> [Task directions]
Could you print every line from the first one of the records below through the line containing "face PLANE(AX(P(0,14.5,0),D(-1,0,0),D(0,-1,0))) rev", with both included and nothing else?
== Extracted entries ==
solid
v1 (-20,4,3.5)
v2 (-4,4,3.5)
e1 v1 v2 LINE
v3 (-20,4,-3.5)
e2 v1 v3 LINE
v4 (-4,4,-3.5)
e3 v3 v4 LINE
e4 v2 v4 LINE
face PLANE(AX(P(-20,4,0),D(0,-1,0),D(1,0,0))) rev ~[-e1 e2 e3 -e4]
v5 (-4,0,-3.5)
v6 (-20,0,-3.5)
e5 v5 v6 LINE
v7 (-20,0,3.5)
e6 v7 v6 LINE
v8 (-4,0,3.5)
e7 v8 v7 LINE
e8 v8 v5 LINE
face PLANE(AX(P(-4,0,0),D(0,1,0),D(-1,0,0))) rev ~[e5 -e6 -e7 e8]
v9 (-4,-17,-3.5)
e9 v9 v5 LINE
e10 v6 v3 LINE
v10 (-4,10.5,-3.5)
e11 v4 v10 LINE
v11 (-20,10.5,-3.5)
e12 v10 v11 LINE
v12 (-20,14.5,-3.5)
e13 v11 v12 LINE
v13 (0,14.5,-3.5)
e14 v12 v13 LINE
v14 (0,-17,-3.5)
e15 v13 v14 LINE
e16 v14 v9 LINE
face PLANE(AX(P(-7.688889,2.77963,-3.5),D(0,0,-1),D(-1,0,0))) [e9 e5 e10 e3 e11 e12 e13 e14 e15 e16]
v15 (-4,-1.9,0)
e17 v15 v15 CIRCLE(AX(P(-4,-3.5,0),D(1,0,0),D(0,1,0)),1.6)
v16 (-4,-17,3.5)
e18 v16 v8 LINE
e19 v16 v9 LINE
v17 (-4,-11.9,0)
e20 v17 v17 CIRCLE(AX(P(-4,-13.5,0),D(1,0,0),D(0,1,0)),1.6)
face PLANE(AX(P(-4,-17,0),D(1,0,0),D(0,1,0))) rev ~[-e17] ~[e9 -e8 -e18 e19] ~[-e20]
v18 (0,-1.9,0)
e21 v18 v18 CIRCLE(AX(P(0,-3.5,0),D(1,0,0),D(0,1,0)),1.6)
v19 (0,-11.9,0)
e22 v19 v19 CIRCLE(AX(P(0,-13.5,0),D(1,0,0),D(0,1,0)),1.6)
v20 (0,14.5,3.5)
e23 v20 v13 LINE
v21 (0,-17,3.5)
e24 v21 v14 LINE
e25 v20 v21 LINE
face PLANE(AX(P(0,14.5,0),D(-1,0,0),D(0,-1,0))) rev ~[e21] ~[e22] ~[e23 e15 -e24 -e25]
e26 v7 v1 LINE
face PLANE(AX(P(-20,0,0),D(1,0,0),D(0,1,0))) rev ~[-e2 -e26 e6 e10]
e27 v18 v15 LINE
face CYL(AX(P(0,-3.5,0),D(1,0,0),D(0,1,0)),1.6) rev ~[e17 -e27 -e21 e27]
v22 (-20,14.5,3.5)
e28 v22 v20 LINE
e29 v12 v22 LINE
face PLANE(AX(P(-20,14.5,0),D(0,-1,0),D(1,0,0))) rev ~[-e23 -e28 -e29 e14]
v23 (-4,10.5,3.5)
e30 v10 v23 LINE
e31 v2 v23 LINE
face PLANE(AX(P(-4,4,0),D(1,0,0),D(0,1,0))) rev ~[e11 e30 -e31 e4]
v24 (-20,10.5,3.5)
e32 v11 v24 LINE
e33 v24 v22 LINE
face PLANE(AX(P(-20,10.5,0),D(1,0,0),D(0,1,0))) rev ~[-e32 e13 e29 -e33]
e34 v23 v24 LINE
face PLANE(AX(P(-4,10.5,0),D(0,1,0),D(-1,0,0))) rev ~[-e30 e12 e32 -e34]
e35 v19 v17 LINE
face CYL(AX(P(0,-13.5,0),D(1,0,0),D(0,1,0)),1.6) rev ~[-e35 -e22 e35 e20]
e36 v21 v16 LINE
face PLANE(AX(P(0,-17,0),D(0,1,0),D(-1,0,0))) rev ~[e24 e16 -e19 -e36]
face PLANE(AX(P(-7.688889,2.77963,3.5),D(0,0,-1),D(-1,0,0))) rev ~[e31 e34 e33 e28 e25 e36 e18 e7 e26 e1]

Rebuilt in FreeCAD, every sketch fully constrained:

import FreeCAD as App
import Part
import Sketcher

V = App.Vector
Q = App.Units.Quantity

doc = App.newDocument("Part")
body = doc.addObject("PartDesign::Body", "Body")

# Sketch on XY plane
sketch1 = doc.addObject("Sketcher::SketchObject", "Sketch")
body.addObject(sketch1)
sketch1.AttachmentSupport = (doc.XY_Plane, [""])
sketch1.MapMode = "FlatFace"
sketch1.addGeometry([
    Part.LineSegment(V(0, 14.5, 0), V(-20, 14.5, 0)),  # 0
    Part.LineSegment(V(-20, 14.5, 0), V(-20, 10.5, 0)),  # 1
    Part.LineSegment(V(-20, 10.5, 0), V(-4, 10.5, 0)),  # 2
    Part.LineSegment(V(-4, 10.5, 0), V(-4, 4, 0)),  # 3
    Part.LineSegment(V(-4, 4, 0), V(-20, 4, 0)),  # 4
    Part.LineSegment(V(-20, 4, 0), V(-20, 0, 0)),  # 5
    Part.LineSegment(V(-20, 0, 0), V(-4, 0, 0)),  # 6
    Part.LineSegment(V(-4, 0, 0), V(-4, -17, 0)),  # 7
    Part.LineSegment(V(-4, -17, 0), V(0, -17, 0)),  # 8
    Part.LineSegment(V(0, -17, 0), V(0, 14.5, 0)),  # 9
], False)
sketch1.addConstraint([
    Sketcher.Constraint("Coincident", 0, 2, 1, 1),
    Sketcher.Constraint("Coincident", 1, 2, 2, 1),
    Sketcher.Constraint("Coincident", 2, 2, 3, 1),
    Sketcher.Constraint("Coincident", 3, 2, 4, 1),
    Sketcher.Constraint("Coincident", 4, 2, 5, 1),
    Sketcher.Constraint("Coincident", 5, 2, 6, 1),
    Sketcher.Constraint("Coincident", 6, 2, 7, 1),
    Sketcher.Constraint("Coincident", 7, 2, 8, 1),
    Sketcher.Constraint("Coincident", 8, 2, 9, 1),
    Sketcher.Constraint("Coincident", 9, 2, 0, 1),
    Sketcher.Constraint("Horizontal", 0),
    Sketcher.Constraint("Vertical", 1),
    Sketcher.Constraint("Horizontal", 2),
    Sketcher.Constraint("Vertical", 3),
    Sketcher.Constraint("Horizontal", 4),
    Sketcher.Constraint("Vertical", 5),
    Sketcher.Constraint("Horizontal", 6),
    Sketcher.Constraint("Vertical", 7),
    Sketcher.Constraint("Horizontal", 8),
    Sketcher.Constraint("Vertical", 9),
    Sketcher.Constraint("PointOnObject", 5, 2, -1),
    Sketcher.Constraint("PointOnObject", 8, 2, -2),
    Sketcher.Constraint("Vertical", 1, 2, 4, 2),
    Sketcher.Constraint("Vertical", 3, 2, 6, 2),
    Sketcher.Constraint("Equal", 8, 1),
    Sketcher.Constraint("Equal", 1, 5),
    Sketcher.Constraint("DistanceX", 0, 2, 0, 1, Q("20 mm")),
    Sketcher.Constraint("DistanceX", 2, 1, 2, 2, Q("16 mm")),
    Sketcher.Constraint("DistanceY", 7, 2, 7, 1, Q("17 mm")),
    Sketcher.Constraint("DistanceY", 3, 2, 3, 1, Q("6.5 mm")),
])
pad1 = doc.addObject("PartDesign::Pad", "Pad")
body.addObject(pad1)
pad1.Profile = sketch1
pad1.Length = 7
pad1.Midplane = True

# Sketch on YZ plane
sketch2 = doc.addObject("Sketcher::SketchObject", "Sketch001")
body.addObject(sketch2)
sketch2.AttachmentSupport = (doc.YZ_Plane, [""])
sketch2.MapMode = "FlatFace"
sketch2.addGeometry([
    Part.Circle(V(-3.5, 0, 0), V(0, 0, 1), 1.6),
    Part.Circle(V(-13.5, 0, 0), V(0, 0, 1), 1.6),
], False)
sketch2.addConstraint([
    Sketcher.Constraint("Equal", 0, 1),
    Sketcher.Constraint("PointOnObject", 0, 3, -1),
    Sketcher.Constraint("PointOnObject", 1, 3, -1),
    Sketcher.Constraint("Diameter", 0, Q("3.2 mm")),
    Sketcher.Constraint("DistanceX", 1, 3, 0, 3, Q("10 mm")),
    Sketcher.Constraint("DistanceX", 0, 3, -1, 1, Q("3.5 mm")),
])
pocket1 = doc.addObject("PartDesign::Pocket", "Pocket")
body.addObject(pocket1)
pocket1.Profile = sketch2
pocket1.Type = "ThroughAll"

doc.recompute()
===
> [Finished task]
solid
v1 (-20,4,3.5)
v2 (-4,4,3.5)
e1 v1 v2 LINE
v3 (-20,4,-3.5)
e2 v1 v3 LINE
v4 (-4,4,-3.5)
e3 v3 v4 LINE
e4 v2 v4 LINE
face PLANE(AX(P(-20,4,0),D(0,-1,0),D(1,0,0))) rev ~[-e1 e2 e3 -e4]
v5 (-4,0,-3.5)
v6 (-20,0,-3.5)
e5 v5 v6 LINE
v7 (-20,0,3.5)
e6 v7 v6 LINE
v8 (-4,0,3.5)
e7 v8 v7 LINE
e8 v8 v5 LINE
face PLANE(AX(P(-4,0,0),D(0,1,0),D(-1,0,0))) rev ~[e5 -e6 -e7 e8]
v9 (-4,-17,-3.5)
e9 v9 v5 LINE
e10 v6 v3 LINE
v10 (-4,10.5,-3.5)
e11 v4 v10 LINE
v11 (-20,10.5,-3.5)
e12 v10 v11 LINE
v12 (-20,14.5,-3.5)
e13 v11 v12 LINE
v13 (0,14.5,-3.5)
e14 v12 v13 LINE
v14 (0,-17,-3.5)
e15 v13 v14 LINE
e16 v14 v9 LINE
face PLANE(AX(P(-7.688889,2.77963,-3.5),D(0,0,-1),D(-1,0,0))) [e9 e5 e10 e3 e11 e12 e13 e14 e15 e16]
v15 (-4,-1.9,0)
e17 v15 v15 CIRCLE(AX(P(-4,-3.5,0),D(1,0,0),D(0,1,0)),1.6)
v16 (-4,-17,3.5)
e18 v16 v8 LINE
e19 v16 v9 LINE
v17 (-4,-11.9,0)
e20 v17 v17 CIRCLE(AX(P(-4,-13.5,0),D(1,0,0),D(0,1,0)),1.6)
face PLANE(AX(P(-4,-17,0),D(1,0,0),D(0,1,0))) rev ~[-e17] ~[e9 -e8 -e18 e19] ~[-e20]
v18 (0,-1.9,0)
e21 v18 v18 CIRCLE(AX(P(0,-3.5,0),D(1,0,0),D(0,1,0)),1.6)
v19 (0,-11.9,0)
e22 v19 v19 CIRCLE(AX(P(0,-13.5,0),D(1,0,0),D(0,1,0)),1.6)
v20 (0,14.5,3.5)
e23 v20 v13 LINE
v21 (0,-17,3.5)
e24 v21 v14 LINE
e25 v20 v21 LINE
face PLANE(AX(P(0,14.5,0),D(-1,0,0),D(0,-1,0))) rev ~[e21] ~[e22] ~[e23 e15 -e24 -e25]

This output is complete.